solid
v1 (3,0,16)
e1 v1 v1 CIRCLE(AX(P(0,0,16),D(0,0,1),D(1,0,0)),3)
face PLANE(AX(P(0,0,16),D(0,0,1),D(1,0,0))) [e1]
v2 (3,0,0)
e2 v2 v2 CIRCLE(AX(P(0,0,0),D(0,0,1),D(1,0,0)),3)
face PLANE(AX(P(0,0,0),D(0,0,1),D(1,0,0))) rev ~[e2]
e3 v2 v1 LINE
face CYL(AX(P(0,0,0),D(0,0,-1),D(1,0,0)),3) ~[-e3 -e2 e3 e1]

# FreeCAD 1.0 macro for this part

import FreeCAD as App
import Part
import Sketcher
from FreeCAD import Vector

doc = App.newDocument("Part")
params = doc.addObject("Spreadsheet::Sheet", "Params")
for row, (alias, value) in enumerate([
    ("sketch1_diameter", "6 mm"),
    ("pad1_length", "16 mm"),
], start=1):
    params.set(f"A{row}", alias)
    params.set(f"B{row}", "=" + value)
    params.setAlias(f"B{row}", alias)

body = doc.addObject("PartDesign::Body", "Body")

sketch1 = doc.addObject("Sketcher::SketchObject", "Sketch")
body.addObject(sketch1)
sketch1.AttachmentSupport = (doc.XY_Plane, [""])
sketch1.MapMode = "FlatFace"
sketch1.addGeometry(Part.Circle(Vector(0, 0, 0), Vector(0, 0, 1), 3), False)
sketch1.addConstraint([
    Sketcher.Constraint("Coincident", 0, 3, -1, 1),
    Sketcher.Constraint("Diameter", 0, 6.0),
])
sketch1.setExpression("Constraints[1]", "Params.sketch1_diameter")
pad1 = doc.addObject("PartDesign::Pad", "Pad")
body.addObject(pad1)
pad1.Profile = sketch1
pad1.setExpression("Length", "Params.pad1_length")

doc.recompute()
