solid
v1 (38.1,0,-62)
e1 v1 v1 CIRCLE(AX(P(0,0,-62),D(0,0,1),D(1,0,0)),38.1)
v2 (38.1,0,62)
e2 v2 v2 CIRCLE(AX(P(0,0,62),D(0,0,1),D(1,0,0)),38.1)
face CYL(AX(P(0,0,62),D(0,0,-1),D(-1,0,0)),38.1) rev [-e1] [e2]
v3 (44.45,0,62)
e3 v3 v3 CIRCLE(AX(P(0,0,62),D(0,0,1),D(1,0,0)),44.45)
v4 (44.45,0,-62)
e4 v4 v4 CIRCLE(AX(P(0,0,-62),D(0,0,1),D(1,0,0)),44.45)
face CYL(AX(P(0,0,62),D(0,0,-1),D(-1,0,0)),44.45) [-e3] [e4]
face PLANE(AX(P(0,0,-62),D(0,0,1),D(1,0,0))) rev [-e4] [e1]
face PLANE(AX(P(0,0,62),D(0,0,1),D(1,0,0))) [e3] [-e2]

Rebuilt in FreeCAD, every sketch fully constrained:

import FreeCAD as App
import Part
import Sketcher
Q = App.Units.Quantity

doc = App.newDocument("Part")
body = doc.addObject("PartDesign::Body", "Body")

# Sketch on XY plane
sketch1 = body.newObject("Sketcher::SketchObject", "Sketch")
sketch1.AttachmentSupport = (doc.getObject("XY_Plane"), [""])
sketch1.MapMode = "FlatFace"
sketch1.addGeometry([
    Part.Circle(App.Vector(0, 0, 0), App.Vector(0, 0, 1), 44),
    Part.Circle(App.Vector(0, 0, 0), App.Vector(0, 0, 1), 38),
], False)
sketch1.addConstraint([
    Sketcher.Constraint("Coincident", 0, 3, -1, 1),
    Sketcher.Constraint("Coincident", 1, 3, -1, 1),
    Sketcher.Constraint("Diameter", 1, Q("3 in")),
    Sketcher.Constraint("Diameter", 0, Q("3.5 in")),
])
pad1 = body.newObject("PartDesign::Pad", "Pad")
pad1.Profile = sketch1
pad1.Length = 124
pad1.Midplane = True

doc.recompute()
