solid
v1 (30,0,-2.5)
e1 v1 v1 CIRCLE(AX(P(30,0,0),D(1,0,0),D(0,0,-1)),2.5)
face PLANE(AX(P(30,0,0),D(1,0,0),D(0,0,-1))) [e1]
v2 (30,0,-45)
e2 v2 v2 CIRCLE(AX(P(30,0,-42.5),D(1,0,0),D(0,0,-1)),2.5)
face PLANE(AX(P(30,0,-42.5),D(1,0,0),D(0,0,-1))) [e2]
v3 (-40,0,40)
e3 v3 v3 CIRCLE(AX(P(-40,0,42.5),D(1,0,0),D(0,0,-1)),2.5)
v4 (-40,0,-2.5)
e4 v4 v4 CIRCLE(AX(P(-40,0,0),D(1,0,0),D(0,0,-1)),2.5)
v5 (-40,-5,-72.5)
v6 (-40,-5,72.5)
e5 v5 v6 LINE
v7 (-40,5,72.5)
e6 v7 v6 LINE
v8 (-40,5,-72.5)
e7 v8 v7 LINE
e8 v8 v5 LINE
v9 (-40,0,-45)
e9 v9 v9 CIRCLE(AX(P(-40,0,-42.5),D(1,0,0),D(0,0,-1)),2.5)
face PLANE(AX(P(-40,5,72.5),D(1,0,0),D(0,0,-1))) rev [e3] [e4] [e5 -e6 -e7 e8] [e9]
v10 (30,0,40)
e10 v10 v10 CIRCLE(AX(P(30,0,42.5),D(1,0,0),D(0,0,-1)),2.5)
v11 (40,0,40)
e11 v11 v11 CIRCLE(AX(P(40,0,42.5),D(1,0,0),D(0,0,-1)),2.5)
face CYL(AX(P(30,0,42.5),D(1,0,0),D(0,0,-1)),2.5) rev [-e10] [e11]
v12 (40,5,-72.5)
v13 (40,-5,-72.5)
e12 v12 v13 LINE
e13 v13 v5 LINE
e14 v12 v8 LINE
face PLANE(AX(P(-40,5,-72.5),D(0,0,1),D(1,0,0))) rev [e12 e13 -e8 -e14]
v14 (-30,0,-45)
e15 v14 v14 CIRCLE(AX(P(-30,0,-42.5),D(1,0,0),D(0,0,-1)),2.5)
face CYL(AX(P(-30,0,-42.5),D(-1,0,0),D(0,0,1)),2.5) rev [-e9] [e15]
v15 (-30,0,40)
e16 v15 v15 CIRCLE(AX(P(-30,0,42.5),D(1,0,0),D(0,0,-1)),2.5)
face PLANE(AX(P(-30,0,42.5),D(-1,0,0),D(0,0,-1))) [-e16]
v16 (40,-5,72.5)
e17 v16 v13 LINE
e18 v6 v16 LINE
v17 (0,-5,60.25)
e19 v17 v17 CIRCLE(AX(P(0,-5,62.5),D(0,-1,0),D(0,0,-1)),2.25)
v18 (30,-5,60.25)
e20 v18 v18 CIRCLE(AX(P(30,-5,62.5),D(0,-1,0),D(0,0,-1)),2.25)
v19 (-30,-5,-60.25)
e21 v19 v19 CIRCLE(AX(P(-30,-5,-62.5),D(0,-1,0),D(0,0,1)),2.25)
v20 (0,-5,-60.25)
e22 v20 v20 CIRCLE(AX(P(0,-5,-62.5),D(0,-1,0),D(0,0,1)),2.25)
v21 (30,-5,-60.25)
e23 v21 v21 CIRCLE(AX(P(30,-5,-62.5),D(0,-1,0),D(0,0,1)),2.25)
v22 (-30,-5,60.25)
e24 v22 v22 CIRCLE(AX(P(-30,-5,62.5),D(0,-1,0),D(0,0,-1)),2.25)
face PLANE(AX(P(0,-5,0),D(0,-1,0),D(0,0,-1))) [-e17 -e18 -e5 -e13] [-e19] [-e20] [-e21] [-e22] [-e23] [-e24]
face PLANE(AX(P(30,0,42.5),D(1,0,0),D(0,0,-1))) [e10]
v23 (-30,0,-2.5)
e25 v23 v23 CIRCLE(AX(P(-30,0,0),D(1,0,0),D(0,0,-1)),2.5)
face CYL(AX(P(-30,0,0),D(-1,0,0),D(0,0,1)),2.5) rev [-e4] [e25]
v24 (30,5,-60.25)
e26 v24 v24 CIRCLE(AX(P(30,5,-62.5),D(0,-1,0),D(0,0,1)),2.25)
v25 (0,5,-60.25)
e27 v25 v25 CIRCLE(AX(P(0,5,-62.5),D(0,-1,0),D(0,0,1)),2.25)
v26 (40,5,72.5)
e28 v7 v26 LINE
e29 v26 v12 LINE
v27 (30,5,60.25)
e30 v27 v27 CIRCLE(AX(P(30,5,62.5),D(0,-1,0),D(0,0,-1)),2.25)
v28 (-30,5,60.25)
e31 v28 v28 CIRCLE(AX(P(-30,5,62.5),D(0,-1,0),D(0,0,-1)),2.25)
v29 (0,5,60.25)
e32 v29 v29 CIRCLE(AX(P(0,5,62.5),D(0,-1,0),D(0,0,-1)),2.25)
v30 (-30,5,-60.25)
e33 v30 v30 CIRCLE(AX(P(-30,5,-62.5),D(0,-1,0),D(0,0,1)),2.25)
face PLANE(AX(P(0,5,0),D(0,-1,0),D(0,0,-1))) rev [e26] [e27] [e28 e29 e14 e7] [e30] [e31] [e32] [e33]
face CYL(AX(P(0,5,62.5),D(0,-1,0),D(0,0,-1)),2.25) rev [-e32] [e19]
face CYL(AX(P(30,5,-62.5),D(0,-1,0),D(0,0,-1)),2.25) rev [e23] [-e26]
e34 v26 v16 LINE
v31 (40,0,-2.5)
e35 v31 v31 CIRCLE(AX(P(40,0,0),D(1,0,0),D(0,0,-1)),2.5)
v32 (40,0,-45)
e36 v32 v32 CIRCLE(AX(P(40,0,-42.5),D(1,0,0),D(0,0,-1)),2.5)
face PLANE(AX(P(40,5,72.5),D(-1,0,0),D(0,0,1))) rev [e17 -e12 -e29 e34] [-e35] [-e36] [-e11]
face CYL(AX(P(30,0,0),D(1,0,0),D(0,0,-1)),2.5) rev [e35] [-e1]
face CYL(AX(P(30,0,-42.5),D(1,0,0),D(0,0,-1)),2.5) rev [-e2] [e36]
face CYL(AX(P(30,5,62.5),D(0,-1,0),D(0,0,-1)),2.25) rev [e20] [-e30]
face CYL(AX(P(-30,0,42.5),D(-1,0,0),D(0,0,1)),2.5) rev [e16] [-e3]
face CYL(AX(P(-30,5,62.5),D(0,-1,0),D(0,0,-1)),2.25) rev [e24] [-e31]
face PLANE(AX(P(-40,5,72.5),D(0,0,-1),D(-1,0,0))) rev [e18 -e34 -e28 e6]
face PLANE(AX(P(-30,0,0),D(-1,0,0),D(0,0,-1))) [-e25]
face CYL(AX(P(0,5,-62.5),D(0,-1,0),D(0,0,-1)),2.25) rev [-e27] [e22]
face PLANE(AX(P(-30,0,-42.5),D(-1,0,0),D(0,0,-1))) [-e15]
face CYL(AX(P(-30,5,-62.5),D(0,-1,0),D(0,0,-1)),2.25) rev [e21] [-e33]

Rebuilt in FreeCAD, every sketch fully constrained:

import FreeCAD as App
import Part
import Sketcher

V = App.Vector

doc = App.newDocument("Part")
params = doc.addObject("Spreadsheet::Sheet", "Params")
for row, (alias, value) in enumerate([
    ("sketch1_width", "80 mm"),
    ("sketch1_height", "145 mm"),
    ("pad1_length", "10 mm"),
    ("sketch2_diameter", "5 mm"),
    ("pocket1_length", "10 mm"),
    ("sketch3_diameter", "4.5 mm"),
], start=1):
    params.set(f"A{row}", alias)
    params.set(f"B{row}", "=" + value)
    params.setAlias(f"B{row}", alias)

body = doc.addObject("PartDesign::Body", "Body")

# Sketch on XZ plane
sketch1 = body.newObject("Sketcher::SketchObject", "Sketch")
sketch1.AttachmentSupport = (doc.getObject("XZ_Plane"), [""])
sketch1.MapMode = "FlatFace"
sketch1.addGeometry(Part.LineSegment(V(-40, -72, 0), V(-40, 72, 0)), False)
sketch1.addGeometry(Part.LineSegment(V(-40, 72, 0), V(40, 72, 0)), False)
sketch1.addGeometry(Part.LineSegment(V(40, 72, 0), V(40, -72, 0)), False)
sketch1.addGeometry(Part.LineSegment(V(40, -72, 0), V(-40, -72, 0)), False)
sketch1.addConstraint(Sketcher.Constraint("Coincident", 0, 2, 1, 1))
sketch1.addConstraint(Sketcher.Constraint("Coincident", 1, 2, 2, 1))
sketch1.addConstraint(Sketcher.Constraint("Coincident", 2, 2, 3, 1))
sketch1.addConstraint(Sketcher.Constraint("Coincident", 3, 2, 0, 1))
sketch1.addConstraint(Sketcher.Constraint("Vertical", 0))
sketch1.addConstraint(Sketcher.Constraint("Horizontal", 1))
sketch1.addConstraint(Sketcher.Constraint("Vertical", 2))
sketch1.addConstraint(Sketcher.Constraint("Horizontal", 3))
sketch1.addConstraint(Sketcher.Constraint("Symmetric", 0, 2, 2, 2, -1, 1))
sketch1.addConstraint(Sketcher.Constraint("DistanceX", 1, 1, 1, 2, 80.0))
sketch1.addConstraint(Sketcher.Constraint("DistanceY", 0, 1, 0, 2, 145.0))
sketch1.setExpression("Constraints[9]", "Params.sketch1_width")
sketch1.setExpression("Constraints[10]", "Params.sketch1_height")
pad1 = body.newObject("PartDesign::Pad", "Pad")
pad1.Profile = sketch1
pad1.setExpression("Length", "Params.pad1_length")
pad1.Midplane = True

# Sketch on YZ plane
sketch2 = body.newObject("Sketcher::SketchObject", "Sketch001")
sketch2.AttachmentSupport = (doc.getObject("YZ_Plane"), [""])
sketch2.MapMode = "FlatFace"
sketch2.AttachmentOffset = App.Placement(V(0, 0, 40), App.Rotation())
sketch2.addGeometry(Part.Circle(V(0, 0, 0), V(0, 0, 1), 2.5), False)
sketch2.addGeometry(Part.Circle(V(0, -42.5, 0), V(0, 0, 1), 2.5), False)
sketch2.addGeometry(Part.Circle(V(0, 42.5, 0), V(0, 0, 1), 2.5), False)
sketch2.addConstraint(Sketcher.Constraint("Coincident", 0, 3, -1, 1))
sketch2.addConstraint(Sketcher.Constraint("Equal", 0, 1))
sketch2.addConstraint(Sketcher.Constraint("Equal", 1, 2))
sketch2.addConstraint(Sketcher.Constraint("Symmetric", 1, 3, 2, 3, -1, 1))
sketch2.addConstraint(Sketcher.Constraint("PointOnObject", 1, 3, -2))
sketch2.addConstraint(Sketcher.Constraint("Diameter", 0, 5.0))
sketch2.addConstraint(Sketcher.Constraint("DistanceY", 1, 3, 2, 3, 85.0))
sketch2.setExpression("Constraints[5]", "Params.sketch2_diameter")
pocket1 = body.newObject("PartDesign::Pocket", "Pocket")
pocket1.Profile = sketch2
pocket1.setExpression("Length", "Params.pocket1_length")
doc.recompute()

mirrored = body.newObject("PartDesign::Mirrored", "Mirrored")
mirrored.Originals = [pocket1]
mirrored.MirrorPlane = (doc.getObject("YZ_Plane"), [""])
body.Tip = mirrored

# Sketch on XZ plane
sketch3 = body.newObject("Sketcher::SketchObject", "Sketch002")
sketch3.AttachmentSupport = (doc.getObject("XZ_Plane"), [""])
sketch3.MapMode = "FlatFace"
sketch3.AttachmentOffset = App.Placement(V(0, 0, 5), App.Rotation())
sketch3.addGeometry(Part.Circle(V(-30, 62.5, 0), V(0, 0, 1), 2.2), False)
sketch3.addGeometry(Part.Circle(V(0, 62.5, 0), V(0, 0, 1), 2.2), False)
sketch3.addGeometry(Part.Circle(V(30, 62.5, 0), V(0, 0, 1), 2.2), False)
sketch3.addGeometry(Part.Circle(V(30, -62.5, 0), V(0, 0, 1), 2.2), False)
sketch3.addGeometry(Part.Circle(V(0, -62.5, 0), V(0, 0, 1), 2.2), False)
sketch3.addGeometry(Part.Circle(V(-30, -62.5, 0), V(0, 0, 1), 2.2), False)
sketch3.addConstraint(Sketcher.Constraint("Equal", 0, 1))
sketch3.addConstraint(Sketcher.Constraint("Equal", 1, 2))
sketch3.addConstraint(Sketcher.Constraint("Equal", 2, 3))
sketch3.addConstraint(Sketcher.Constraint("Equal", 3, 4))
sketch3.addConstraint(Sketcher.Constraint("Equal", 4, 5))
sketch3.addConstraint(Sketcher.Constraint("Symmetric", 0, 3, 3, 3, -1, 1))
sketch3.addConstraint(Sketcher.Constraint("Symmetric", 1, 3, 4, 3, -1, 1))
sketch3.addConstraint(Sketcher.Constraint("Symmetric", 2, 3, 5, 3, -1, 1))
sketch3.addConstraint(Sketcher.Constraint("Symmetric", 0, 3, 2, 3, -2))
sketch3.addConstraint(Sketcher.Constraint("PointOnObject", 1, 3, -2))
sketch3.addConstraint(Sketcher.Constraint("Horizontal", 0, 3, 1, 3))
sketch3.addConstraint(Sketcher.Constraint("Diameter", 0, 4.5))
sketch3.addConstraint(Sketcher.Constraint("DistanceX", 0, 3, -1, 1, 30.0))
sketch3.addConstraint(Sketcher.Constraint("DistanceY", 3, 3, 2, 3, 125.0))
sketch3.setExpression("Constraints[11]", "Params.sketch3_diameter")
pocket2 = body.newObject("PartDesign::Pocket", "Pocket001")
pocket2.Profile = sketch3
pocket2.Type = "ThroughAll"

doc.recompute()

——

Task details:
Restate word for word the lines of the data above, starting at the line containing "e2 v2 v2 CIRCLE(AX(P(0,0,62),D(0,0,1),D(1,0,0)),38.1)" and ending at the line containing "v3 (-40,0,40)", both included, and nothing more.

Output of the task:
e2 v2 v2 CIRCLE(AX(P(0,0,62),D(0,0,1),D(1,0,0)),38.1)
face CYL(AX(P(0,0,62),D(0,0,-1),D(-1,0,0)),38.1) rev [-e1] [e2]
v3 (44.45,0,62)
e3 v3 v3 CIRCLE(AX(P(0,0,62),D(0,0,1),D(1,0,0)),44.45)
v4 (44.45,0,-62)
e4 v4 v4 CIRCLE(AX(P(0,0,-62),D(0,0,1),D(1,0,0)),44.45)
face CYL(AX(P(0,0,62),D(0,0,-1),D(-1,0,0)),44.45) [-e3] [e4]
face PLANE(AX(P(0,0,-62),D(0,0,1),D(1,0,0))) rev [-e4] [e1]
face PLANE(AX(P(0,0,62),D(0,0,1),D(1,0,0))) [e3] [-e2]

Rebuilt in FreeCAD, every sketch fully constrained:

import FreeCAD as App
import Part
import Sketcher
Q = App.Units.Quantity

doc = App.newDocument("Part")
body = doc.addObject("PartDesign::Body", "Body")

# Sketch on XY plane
sketch1 = body.newObject("Sketcher::SketchObject", "Sketch")
sketch1.AttachmentSupport = (doc.getObject("XY_Plane"), [""])
sketch1.MapMode = "FlatFace"
sketch1.addGeometry([
    Part.Circle(App.Vector(0, 0, 0), App.Vector(0, 0, 1), 44),
    Part.Circle(App.Vector(0, 0, 0), App.Vector(0, 0, 1), 38),
], False)
sketch1.addConstraint([
    Sketcher.Constraint("Coincident", 0, 3, -1, 1),
    Sketcher.Constraint("Coincident", 1, 3, -1, 1),
    Sketcher.Constraint("Diameter", 1, Q("3 in")),
    Sketcher.Constraint("Diameter", 0, Q("3.5 in")),
])
pad1 = body.newObject("PartDesign::Pad", "Pad")
pad1.Profile = sketch1
pad1.Length = 124
pad1.Midplane = True

doc.recompute()
solid
v1 (30,0,-2.5)
e1 v1 v1 CIRCLE(AX(P(30,0,0),D(1,0,0),D(0,0,-1)),2.5)
face PLANE(AX(P(30,0,0),D(1,0,0),D(0,0,-1))) [e1]
v2 (30,0,-45)
e2 v2 v2 CIRCLE(AX(P(30,0,-42.5),D(1,0,0),D(0,0,-1)),2.5)
face PLANE(AX(P(30,0,-42.5),D(1,0,0),D(0,0,-1))) [e2]
v3 (-40,0,40)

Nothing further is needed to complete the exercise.